The Tink Worker is another Docker container that runs in the background and waits for the node onboarding to finish and queries the Tinkerbell gRPC server for any new Tinkerbell Workflows to execute. A Tinkerbell Workflow defines a set of operations (aka Tinker actions) that should be executed on the Edge Node by the Tink worker. Once the Tinkerbell Workflow is created by the Onboarding Manager, the Tink worker downloads the Tinkerbell Workflow and executes all the specified Tinker actions.

The last action of the Tinkerbell Workflow performs the OS restart to boot into the target OS.

Target OS

During the OS boot, the cloud-init configuration is provisioned. Also, in the case of mutable OSes (such as Ubuntu* OS), the additional Installer script is executed as a systemd service. The Installer script downloads and starts all the Edge Node Agents that are not baked into the OS image as it is done for the Edge Microvisor Toolkit that does not require any additional installation script except for cloud-init.

Edge Orchestrator Components#

On the Edge Orchestrator side, the Onboarding Manager coordinates the entire onboarding and provisioning process.
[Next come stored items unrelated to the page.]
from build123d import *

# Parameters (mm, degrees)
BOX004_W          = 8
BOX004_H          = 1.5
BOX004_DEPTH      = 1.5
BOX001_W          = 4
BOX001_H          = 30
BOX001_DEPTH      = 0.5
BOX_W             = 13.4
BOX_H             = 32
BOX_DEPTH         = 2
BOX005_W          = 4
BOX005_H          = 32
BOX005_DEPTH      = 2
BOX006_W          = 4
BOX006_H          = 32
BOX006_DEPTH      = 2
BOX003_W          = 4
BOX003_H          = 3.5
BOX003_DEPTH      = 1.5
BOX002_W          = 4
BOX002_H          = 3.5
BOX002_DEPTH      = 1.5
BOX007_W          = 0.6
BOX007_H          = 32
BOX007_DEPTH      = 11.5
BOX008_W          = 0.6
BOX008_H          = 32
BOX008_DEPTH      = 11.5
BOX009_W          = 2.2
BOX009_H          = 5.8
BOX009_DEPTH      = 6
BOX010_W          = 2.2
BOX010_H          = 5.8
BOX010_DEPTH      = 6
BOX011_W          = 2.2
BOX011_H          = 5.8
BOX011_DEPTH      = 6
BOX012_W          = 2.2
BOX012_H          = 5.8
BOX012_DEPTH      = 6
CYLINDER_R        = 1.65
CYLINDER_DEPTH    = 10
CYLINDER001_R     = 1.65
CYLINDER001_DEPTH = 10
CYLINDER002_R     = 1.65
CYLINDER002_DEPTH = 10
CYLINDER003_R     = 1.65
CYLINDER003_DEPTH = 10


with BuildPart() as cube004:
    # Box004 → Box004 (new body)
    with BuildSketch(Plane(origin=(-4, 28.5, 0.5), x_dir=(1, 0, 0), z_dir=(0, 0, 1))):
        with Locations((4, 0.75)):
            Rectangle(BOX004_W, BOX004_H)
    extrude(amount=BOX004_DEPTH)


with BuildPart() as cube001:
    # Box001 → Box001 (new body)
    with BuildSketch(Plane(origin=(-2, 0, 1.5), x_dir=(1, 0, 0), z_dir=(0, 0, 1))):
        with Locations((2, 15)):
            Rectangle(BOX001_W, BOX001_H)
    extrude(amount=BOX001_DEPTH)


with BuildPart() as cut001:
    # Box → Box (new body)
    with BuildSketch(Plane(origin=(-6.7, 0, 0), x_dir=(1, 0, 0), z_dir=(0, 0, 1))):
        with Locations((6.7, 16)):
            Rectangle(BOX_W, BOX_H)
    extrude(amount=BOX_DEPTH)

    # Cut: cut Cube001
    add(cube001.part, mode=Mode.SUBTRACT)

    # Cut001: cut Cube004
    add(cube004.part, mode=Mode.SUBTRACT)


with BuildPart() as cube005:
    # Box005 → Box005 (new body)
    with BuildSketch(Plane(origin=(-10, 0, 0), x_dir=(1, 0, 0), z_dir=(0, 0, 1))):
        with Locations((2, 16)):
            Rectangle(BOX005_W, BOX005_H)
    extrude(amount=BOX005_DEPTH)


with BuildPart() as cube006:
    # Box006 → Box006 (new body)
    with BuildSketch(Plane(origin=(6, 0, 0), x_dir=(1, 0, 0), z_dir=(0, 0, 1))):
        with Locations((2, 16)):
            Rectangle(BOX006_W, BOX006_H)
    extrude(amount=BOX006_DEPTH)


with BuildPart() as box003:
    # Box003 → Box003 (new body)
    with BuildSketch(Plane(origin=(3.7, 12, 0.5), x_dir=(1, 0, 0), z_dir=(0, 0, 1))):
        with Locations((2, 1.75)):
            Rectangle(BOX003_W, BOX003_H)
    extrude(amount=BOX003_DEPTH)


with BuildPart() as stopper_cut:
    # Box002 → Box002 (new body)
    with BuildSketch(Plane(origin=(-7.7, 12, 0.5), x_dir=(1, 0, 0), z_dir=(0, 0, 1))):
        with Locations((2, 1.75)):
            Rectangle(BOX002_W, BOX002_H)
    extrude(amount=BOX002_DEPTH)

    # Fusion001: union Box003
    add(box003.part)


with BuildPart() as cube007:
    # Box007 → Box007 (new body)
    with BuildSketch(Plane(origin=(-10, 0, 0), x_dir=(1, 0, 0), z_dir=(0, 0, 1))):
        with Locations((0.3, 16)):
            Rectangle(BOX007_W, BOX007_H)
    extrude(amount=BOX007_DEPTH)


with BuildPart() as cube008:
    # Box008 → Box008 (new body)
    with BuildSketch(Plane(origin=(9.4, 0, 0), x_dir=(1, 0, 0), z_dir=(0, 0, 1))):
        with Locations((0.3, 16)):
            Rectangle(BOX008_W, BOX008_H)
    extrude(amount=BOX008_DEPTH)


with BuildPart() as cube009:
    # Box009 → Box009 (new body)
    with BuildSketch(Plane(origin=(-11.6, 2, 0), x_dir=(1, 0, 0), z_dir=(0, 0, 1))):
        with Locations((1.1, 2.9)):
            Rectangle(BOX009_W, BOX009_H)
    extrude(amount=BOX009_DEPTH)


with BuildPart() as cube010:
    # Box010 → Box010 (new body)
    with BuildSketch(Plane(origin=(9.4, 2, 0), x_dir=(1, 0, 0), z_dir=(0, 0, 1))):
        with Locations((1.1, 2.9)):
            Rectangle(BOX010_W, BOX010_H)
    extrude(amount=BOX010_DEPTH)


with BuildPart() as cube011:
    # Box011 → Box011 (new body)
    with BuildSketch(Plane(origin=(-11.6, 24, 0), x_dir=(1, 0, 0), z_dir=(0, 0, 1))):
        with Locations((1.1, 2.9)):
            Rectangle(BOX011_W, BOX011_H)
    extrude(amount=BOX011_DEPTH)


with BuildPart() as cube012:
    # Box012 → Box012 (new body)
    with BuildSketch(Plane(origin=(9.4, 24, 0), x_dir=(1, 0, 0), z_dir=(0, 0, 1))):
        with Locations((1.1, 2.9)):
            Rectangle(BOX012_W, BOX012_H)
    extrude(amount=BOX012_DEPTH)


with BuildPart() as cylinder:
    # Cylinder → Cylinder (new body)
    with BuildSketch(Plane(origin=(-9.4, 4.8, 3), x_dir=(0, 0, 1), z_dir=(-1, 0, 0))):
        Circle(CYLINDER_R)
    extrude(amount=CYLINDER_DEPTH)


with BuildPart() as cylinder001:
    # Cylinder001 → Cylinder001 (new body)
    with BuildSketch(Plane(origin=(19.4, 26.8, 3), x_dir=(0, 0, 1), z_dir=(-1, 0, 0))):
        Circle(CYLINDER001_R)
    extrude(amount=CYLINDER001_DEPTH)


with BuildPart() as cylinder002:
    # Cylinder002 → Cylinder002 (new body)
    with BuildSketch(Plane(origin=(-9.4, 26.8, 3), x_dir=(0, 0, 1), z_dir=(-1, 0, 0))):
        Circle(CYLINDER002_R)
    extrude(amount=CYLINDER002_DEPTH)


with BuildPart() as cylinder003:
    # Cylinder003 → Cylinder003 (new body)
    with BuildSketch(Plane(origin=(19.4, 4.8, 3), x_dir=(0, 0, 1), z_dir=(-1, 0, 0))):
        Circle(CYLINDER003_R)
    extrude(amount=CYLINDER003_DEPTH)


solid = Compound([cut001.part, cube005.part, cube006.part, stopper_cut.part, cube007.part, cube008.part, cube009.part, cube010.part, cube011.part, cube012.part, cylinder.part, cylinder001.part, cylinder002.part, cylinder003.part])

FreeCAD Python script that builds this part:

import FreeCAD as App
import Part
import Sketcher

V = App.Vector
Q = App.Units.Quantity

doc = App.newDocument("Part")
body = doc.addObject("PartDesign::Body", "Body")

# Sketch on XY plane
sketch1 = body.newObject("Sketcher::SketchObject", "Sketch")
sketch1.AttachmentSupport = (doc.getObject("XY_Plane"), [""])
sketch1.MapMode = "FlatFace"
sketch1.AttachmentOffset = App.Placement(V(0, 0, 0.5), App.Rotation())
sketch1.addGeometry([
    Part.LineSegment(V(-4, 30, 0), V(-4, 28.5, 0)),
    Part.LineSegment(V(-4, 28.5, 0), V(4, 28.5, 0)),
    Part.LineSegment(V(4, 28.5, 0), V(4, 30, 0)),
    Part.LineSegment(V(4, 30, 0), V(-4, 30, 0)),
], False)
sketch1.addConstraint([
    Sketcher.Constraint("Coincident", 0, 2, 1, 1),
    Sketcher.Constraint("Coincident", 1, 2, 2, 1),
    Sketcher.Constraint("Coincident", 2, 2, 3, 1),
    Sketcher.Constraint("Coincident", 3, 2, 0, 1),
    Sketcher.Constraint("Vertical", 0),
    Sketcher.Constraint("Horizontal", 1),
    Sketcher.Constraint("Vertical", 2),
    Sketcher.Constraint("Horizontal", 3),
    Sketcher.Constraint("DistanceX", 1, 1, 1, 2, Q("8 mm")),
    Sketcher.Constraint("DistanceY", 0, 2, 0, 1, Q("1.5 mm")),
    Sketcher.Constraint("DistanceX", 0, 2, -1, 1, Q("4 mm")),
    Sketcher.Constraint("DistanceY", -1, 1, 2, 2, Q("30 mm")),
])
pad1 = body.newObject("PartDesign::Pad", "Pad")
pad1.Profile = sketch1
pad1.Length = 1.5
body2 = doc.addObject("PartDesign::Body", "Body001")

# Sketch on XY plane
sketch2 = body2.newObject("Sketcher::SketchObject", "Sketch001")
sketch2.AttachmentSupport = (doc.getObject("XY_Plane001"), [""])
sketch2.MapMode = "FlatFace"
sketch2.AttachmentOffset = App.Placement(V(0, 0, 1.5), App.Rotation())
sketch2.addGeometry([
    Part.LineSegment(V(-2, 30, 0), V(-2, 0, 0)),
    Part.LineSegment(V(-2, 0, 0), V(2, 0, 0)),
    Part.LineSegment(V(2, 0, 0), V(2, 30, 0)),
    Part.LineSegment(V(2, 30, 0), V(-2, 30, 0)),
], False)
sketch2.addConstraint([
    Sketcher.Constraint("Coincident", 0, 2, 1, 1),
    Sketcher.Constraint("Coincident", 1, 2, 2, 1),
    Sketcher.Constraint("Coincident", 2, 2, 3, 1),
    Sketcher.Constraint("Coincident", 3, 2, 0, 1),
    Sketcher.Constraint("Vertical", 0),
    Sketcher.Constraint("Horizontal", 1),
    Sketcher.Constraint("Vertical", 2),
    Sketcher.Constraint("Horizontal", 3),
    Sketcher.Constraint("Symmetric", 0, 2, 1, 2, -1, 1),
    Sketcher.Constraint("DistanceX", 1, 1, 1, 2, Q("4 mm")),
    Sketcher.Constraint("DistanceY", 0, 2, 0, 1, Q("30 mm")),
])
pad2 = body2.newObject("PartDesign::Pad", "Pad001")
pad2.Profile = sketch2
pad2.Length = 0.5
body3 = doc.addObject("PartDesign::Body", "Body002")
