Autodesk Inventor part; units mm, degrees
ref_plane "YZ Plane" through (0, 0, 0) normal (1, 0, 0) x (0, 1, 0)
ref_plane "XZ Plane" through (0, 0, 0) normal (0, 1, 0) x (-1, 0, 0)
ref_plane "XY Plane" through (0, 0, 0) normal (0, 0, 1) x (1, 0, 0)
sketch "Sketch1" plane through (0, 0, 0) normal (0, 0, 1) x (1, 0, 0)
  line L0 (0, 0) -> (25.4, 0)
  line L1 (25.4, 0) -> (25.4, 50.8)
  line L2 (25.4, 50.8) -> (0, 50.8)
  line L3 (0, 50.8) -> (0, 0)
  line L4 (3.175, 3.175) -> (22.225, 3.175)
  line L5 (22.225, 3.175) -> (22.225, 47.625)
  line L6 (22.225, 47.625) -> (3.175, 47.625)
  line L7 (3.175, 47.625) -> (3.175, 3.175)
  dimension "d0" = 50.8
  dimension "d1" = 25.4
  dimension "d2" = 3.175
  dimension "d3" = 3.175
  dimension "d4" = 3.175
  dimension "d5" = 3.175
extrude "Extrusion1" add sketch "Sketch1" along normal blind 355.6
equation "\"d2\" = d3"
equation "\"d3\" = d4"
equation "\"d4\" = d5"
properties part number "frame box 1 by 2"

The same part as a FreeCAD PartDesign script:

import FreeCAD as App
import Part
import Sketcher

V = App.Vector
Q = App.Units.Quantity

doc = App.newDocument("Part")
body = doc.addObject("PartDesign::Body", "Body")

sketch1 = doc.addObject("Sketcher::SketchObject", "Sketch")
body.addObject(sketch1)
sketch1.AttachmentSupport = (doc.XY_Plane, [""])
sketch1.MapMode = "FlatFace"
sketch1.addGeometry([
    Part.LineSegment(V(0, 51, 0), V(0, 0, 0)),
    Part.LineSegment(V(0, 0, 0), V(25, 0, 0)),
    Part.LineSegment(V(25, 0, 0), V(25, 51, 0)),
    Part.LineSegment(V(25, 51, 0), V(0, 51, 0)),
    Part.LineSegment(V(22, 3, 0), V(3, 3, 0)),
    Part.LineSegment(V(3, 3, 0), V(3, 48, 0)),
    Part.LineSegment(V(3, 48, 0), V(22, 48, 0)),
    Part.LineSegment(V(22, 48, 0), V(22, 3, 0)),
], False)
sketch1.addConstraint([
    Sketcher.Constraint("Coincident", 0, 2, 1, 1),
    Sketcher.Constraint("Coincident", 1, 2, 2, 1),
    Sketcher.Constraint("Coincident", 2, 2, 3, 1),
    Sketcher.Constraint("Coincident", 3, 2, 0, 1),
    Sketcher.Constraint("Coincident", 4, 2, 5, 1),
    Sketcher.Constraint("Coincident", 5, 2, 6, 1),
    Sketcher.Constraint("Coincident", 6, 2, 7, 1),
    Sketcher.Constraint("Coincident", 7, 2, 4, 1),
    Sketcher.Constraint("Vertical", 0),
    Sketcher.Constraint("Horizontal", 1),
    Sketcher.Constraint("Vertical", 2),
    Sketcher.Constraint("Horizontal", 3),
    Sketcher.Constraint("Horizontal", 4),
    Sketcher.Constraint("Vertical", 5),
    Sketcher.Constraint("Horizontal", 6),
    Sketcher.Constraint("Vertical", 7),
    Sketcher.Constraint("Coincident", 0, 2, -1, 1),
    Sketcher.Constraint("DistanceX", 1, 1, 1, 2, Q("1 in")),
    Sketcher.Constraint("DistanceY", 0, 2, 0, 1, Q("2 in")),
    Sketcher.Constraint("DistanceX", -1, 1, 4, 2, Q("0.125 in")),
    Sketcher.Constraint("DistanceY", -1, 1, 4, 2, Q("0.125 in")),
    Sketcher.Constraint("DistanceY", 5, 2, 3, 2, Q("0.125 in")),
    Sketcher.Constraint("DistanceX", 6, 2, 2, 2, Q("0.125 in")),
])
pad1 = doc.addObject("PartDesign::Pad", "Pad")
body.addObject(pad1)
pad1.Profile = sketch1
pad1.Length = Q("14 in")

doc.recompute()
In particular, it provides:

  • gRPC server, backed by Onboarding Service and exposed towards downstream Edge Nodes for device discovery. The Onboarding Service handles gRPC requests from Edge Nodes, validates provided device information and creates (or updates) Host and Instance resources that represent an Edge Node in the Inventory.

  • Inventory Reconciler that periodically checks if there are any new Instance resources that should be provisioned. It also periodically queries active Tinkerbell Workflows and reports onboarding and provisioning status of each Edge Node to Inventory.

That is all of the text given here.